Description
Original Official Prospectus
Salzburg Festival 1936
July 25th – August 31th
Max Reinhardt, Arturo Toscanini, Bruno Walter, Felix v. Weingartner
One leaf multi – folded to make 12 pages.
Detailed prospectus and program for the 1936 Festival.
21cm x 10,5cm (approx. 8,4inch. x 4,2inch.)
The Salzburg Festival (German: Salzburger Festspiele) is a prominent festival of music and drama established in 1920. It is held each summer, for five weeks starting in late July, in Salzburg, Austria, the birthplace of Wolfgang Amadeus Mozart. Mozart’s operas are a focus of the festival; one highlight is the annual performance of Hofmannsthal’s play Jedermann (Everyman)
Max Reinhardt (1873 – 1943) was an Austrian-born theater and film director, intendant, and theatrical producer.
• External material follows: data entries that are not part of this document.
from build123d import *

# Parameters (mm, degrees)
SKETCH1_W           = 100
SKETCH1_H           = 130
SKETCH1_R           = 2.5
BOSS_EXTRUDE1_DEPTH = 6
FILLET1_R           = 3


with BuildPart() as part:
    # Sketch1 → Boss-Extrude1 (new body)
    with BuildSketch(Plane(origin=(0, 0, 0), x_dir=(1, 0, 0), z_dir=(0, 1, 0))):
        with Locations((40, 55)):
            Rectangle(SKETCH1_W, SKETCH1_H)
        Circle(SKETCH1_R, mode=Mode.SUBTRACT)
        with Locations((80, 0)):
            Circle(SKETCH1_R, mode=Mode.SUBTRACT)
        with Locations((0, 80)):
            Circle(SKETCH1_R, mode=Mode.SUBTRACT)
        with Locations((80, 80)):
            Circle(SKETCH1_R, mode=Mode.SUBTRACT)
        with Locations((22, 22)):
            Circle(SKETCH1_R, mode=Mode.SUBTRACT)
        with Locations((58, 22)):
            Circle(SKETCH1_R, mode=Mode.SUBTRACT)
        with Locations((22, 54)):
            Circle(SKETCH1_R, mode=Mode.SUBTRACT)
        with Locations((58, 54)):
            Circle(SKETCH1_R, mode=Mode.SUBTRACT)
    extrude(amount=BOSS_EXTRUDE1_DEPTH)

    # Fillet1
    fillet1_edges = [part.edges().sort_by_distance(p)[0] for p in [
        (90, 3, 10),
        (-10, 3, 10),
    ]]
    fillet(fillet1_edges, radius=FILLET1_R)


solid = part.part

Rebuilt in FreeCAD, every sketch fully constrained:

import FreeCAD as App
import Part
import Sketcher

V = App.Vector
Q = App.Units.Quantity


def edges_at(feature, points):
    """Names of the edges that pass closest to the given points."""
    edges = feature.Shape.Edges
    near = lambda p: min(range(len(edges)), key=lambda i: edges[i].distToShape(Part.Vertex(*p))[0])
    return sorted({f"Edge{near(p) + 1}" for p in points})

doc = App.newDocument("Part")
params = doc.addObject("Spreadsheet::Sheet", "Params")
for row, (alias, value) in enumerate([
    ("sketch1_diameter", "5 mm"),
    ("sketch1_width", "100 mm"),
    ("sketch1_height", "130 mm"),
    ("pad1_length", "6 mm"),
    ("fillet_radius", "3 mm"),
], start=1):
    params.set(f"A{row}", alias)
    params.set(f"B{row}", "=" + value)
    params.setAlias(f"B{row}", alias)

body = doc.addObject("PartDesign::Body", "Body")

# Sketch on XZ plane
sketch1 = body.newObject("Sketcher::SketchObject", "Sketch")
sketch1.AttachmentSupport = (doc.getObject("XZ_Plane"), [""])
sketch1.MapMode = "FlatFace"
sketch1.addGeometry(Part.LineSegment(V(-10, -120, 0), V(-10, 10, 0)), False)
sketch1.addGeometry(Part.LineSegment(V(-10, 10, 0), V(90, 10, 0)), False)
sketch1.addGeometry(Part.LineSegment(V(90, 10, 0), V(90, -120, 0)), False)
sketch1.addGeometry(Part.LineSegment(V(90, -120, 0), V(-10, -120, 0)), False)
sketch1.addGeometry(Part.Circle(V(0, 0, 0), V(0, 0, 1), 2.5), False)
sketch1.addGeometry(Part.Circle(V(22, -22, 0), V(0, 0, 1), 2.5), False)
sketch1.addGeometry(Part.Circle(V(80, 0, 0), V(0, 0, 1), 2.5), False)
sketch1.addGeometry(Part.Circle(V(58, -22, 0), V(0, 0, 1), 2.5), False)
sketch1.addGeometry(Part.Circle(V(22, -54, 0), V(0, 0, 1), 2.5), False)
sketch1.addGeometry(Part.Circle(V(0, -80, 0), V(0, 0, 1), 2.5), False)
sketch1.addGeometry(Part.Circle(V(58, -54, 0), V(0, 0, 1), 2.5), False)
sketch1.addGeometry(Part.Circle(V(80, -80, 0), V(0, 0, 1), 2.5), False)
sketch1.addConstraint(Sketcher.Constraint("Coincident", 0, 2, 1, 1))
sketch1.addConstraint(Sketcher.Constraint("Coincident", 1, 2, 2, 1))
sketch1.addConstraint(Sketcher.Constraint("Coincident", 2, 2, 3, 1))
sketch1.addConstraint(Sketcher.Constraint("Coincident", 3, 2, 0, 1))
sketch1.addConstraint(Sketcher.Constraint("Vertical", 0))
sketch1.addConstraint(Sketcher.Constraint("Horizontal", 1))
sketch1.addConstraint(Sketcher.Constraint("Vertical", 2))
sketch1.addConstraint(Sketcher.Constraint("Horizontal", 3))
sketch1.addConstraint(Sketcher.Constraint("Coincident", 4, 3, -1, 1))
sketch1.addConstraint(Sketcher.Constraint("Equal", 4, 5))
sketch1.addConstraint(Sketcher.Constraint("Equal", 5, 6))
sketch1.addConstraint(Sketcher.Constraint("Equal", 6, 7))
sketch1.addConstraint(Sketcher.Constraint("Equal", 7, 8))
sketch1.addConstraint(Sketcher.Constraint("Equal", 8, 9))
sketch1.addConstraint(Sketcher.Constraint("Equal", 9, 10))
sketch1.addConstraint(Sketcher.Constraint("Equal", 10, 11))
sketch1.addConstraint(Sketcher.Constraint("PointOnObject", 6, 3, -1))
sketch1.addConstraint(Sketcher.Constraint("PointOnObject", 9, 3, -2))
sketch1.addConstraint(Sketcher.Constraint("Horizontal", 5, 3, 7, 3))
sketch1.addConstraint(Sketcher.Constraint("Horizontal", 8, 3, 10, 3))
sketch1.addConstraint(Sketcher.Constraint("Horizontal", 9, 3, 11, 3))
sketch1.addConstraint(Sketcher.Constraint("Vertical", 5, 3, 8, 3))
sketch1.addConstraint(Sketcher.Constraint("Vertical", 7, 3, 10, 3))
sketch1.addConstraint(Sketcher.Constraint("Vertical", 6, 3, 11, 3))
sketch1.addConstraint(Sketcher.Constraint("Diameter", 4, Q("5 mm")))
sketch1.addConstraint(Sketcher.Constraint("DistanceX", 1, 1, 1, 2, Q("100 mm")))
sketch1.addConstraint(Sketcher.Constraint("DistanceY", 0, 1, 0, 2, Q("130 mm")))
sketch1.addConstraint(Sketcher.Constraint("DistanceX", -1, 1, 5, 3, Q("22 mm")))
sketch1.addConstraint(Sketcher.Constraint("DistanceY", 5, 3, -1, 1, Q("22 mm")))
sketch1.addConstraint(Sketcher.Constraint("DistanceX", -1, 1, 6, 3, Q("80 mm")))
sketch1.addConstraint(Sketcher.Constraint("DistanceX", -1, 1, 7, 3, Q("58 mm")))
sketch1.addConstraint(Sketcher.Constraint("DistanceY", 8, 3, -1, 1, Q("54 mm")))
sketch1.addConstraint(Sketcher.Constraint("DistanceY", 9, 3, -1, 1, Q("80 mm")))
sketch1.addConstraint(Sketcher.Constraint("DistanceX", 0, 2, -1, 1, Q("10 mm")))
sketch1.addConstraint(Sketcher.Constraint("DistanceY", -1, 1, 0, 2, Q("10 mm")))
sketch1.setExpression("Constraints[24]", "Params.sketch1_diameter")
sketch1.setExpression("Constraints[25]", "Params.sketch1_width")
sketch1.setExpression("Constraints[26]", "Params.sketch1_height")
pad1 = body.newObject("PartDesign::Pad", "Pad")
pad1.Profile = sketch1
pad1.setExpression("Length", "Params.pad1_length")
pad1.Reversed = True
doc.recompute()

fillet = body.newObject("PartDesign::Fillet", "Fillet")
fillet.Base = (pad1, edges_at(pad1, [(90, 3, 10), (-10, 3, 10)]))
fillet.setExpression("Radius", "Params.fillet_radius")

doc.recompute()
With his innovative stage productions, he is regarded as one of the most prominent directors of German-language theater in the early 20th century. In 1920, he established the Salzburg Festival with the performance of Hugo von Hofmannsthal’s Jedermann.
Arturo Toscanini (1867 – 1957) was an Italian conductor. He was one of the most acclaimed and influential musicians of the late 19th and early 20th centuries, renowned for his intensity, his perfectionism, his ear for orchestral detail and sonority, and his eidetic memory. He was at various times the music director of La Scala in Milan and the New York Philharmonic. Later in his career, he was appointed the first music director of the NBC Symphony Orchestra (1937–1954), and this led to his becoming a household name, especially in the United States, through his radio and television broadcasts and many recordings of the operatic and symphonic repertoire.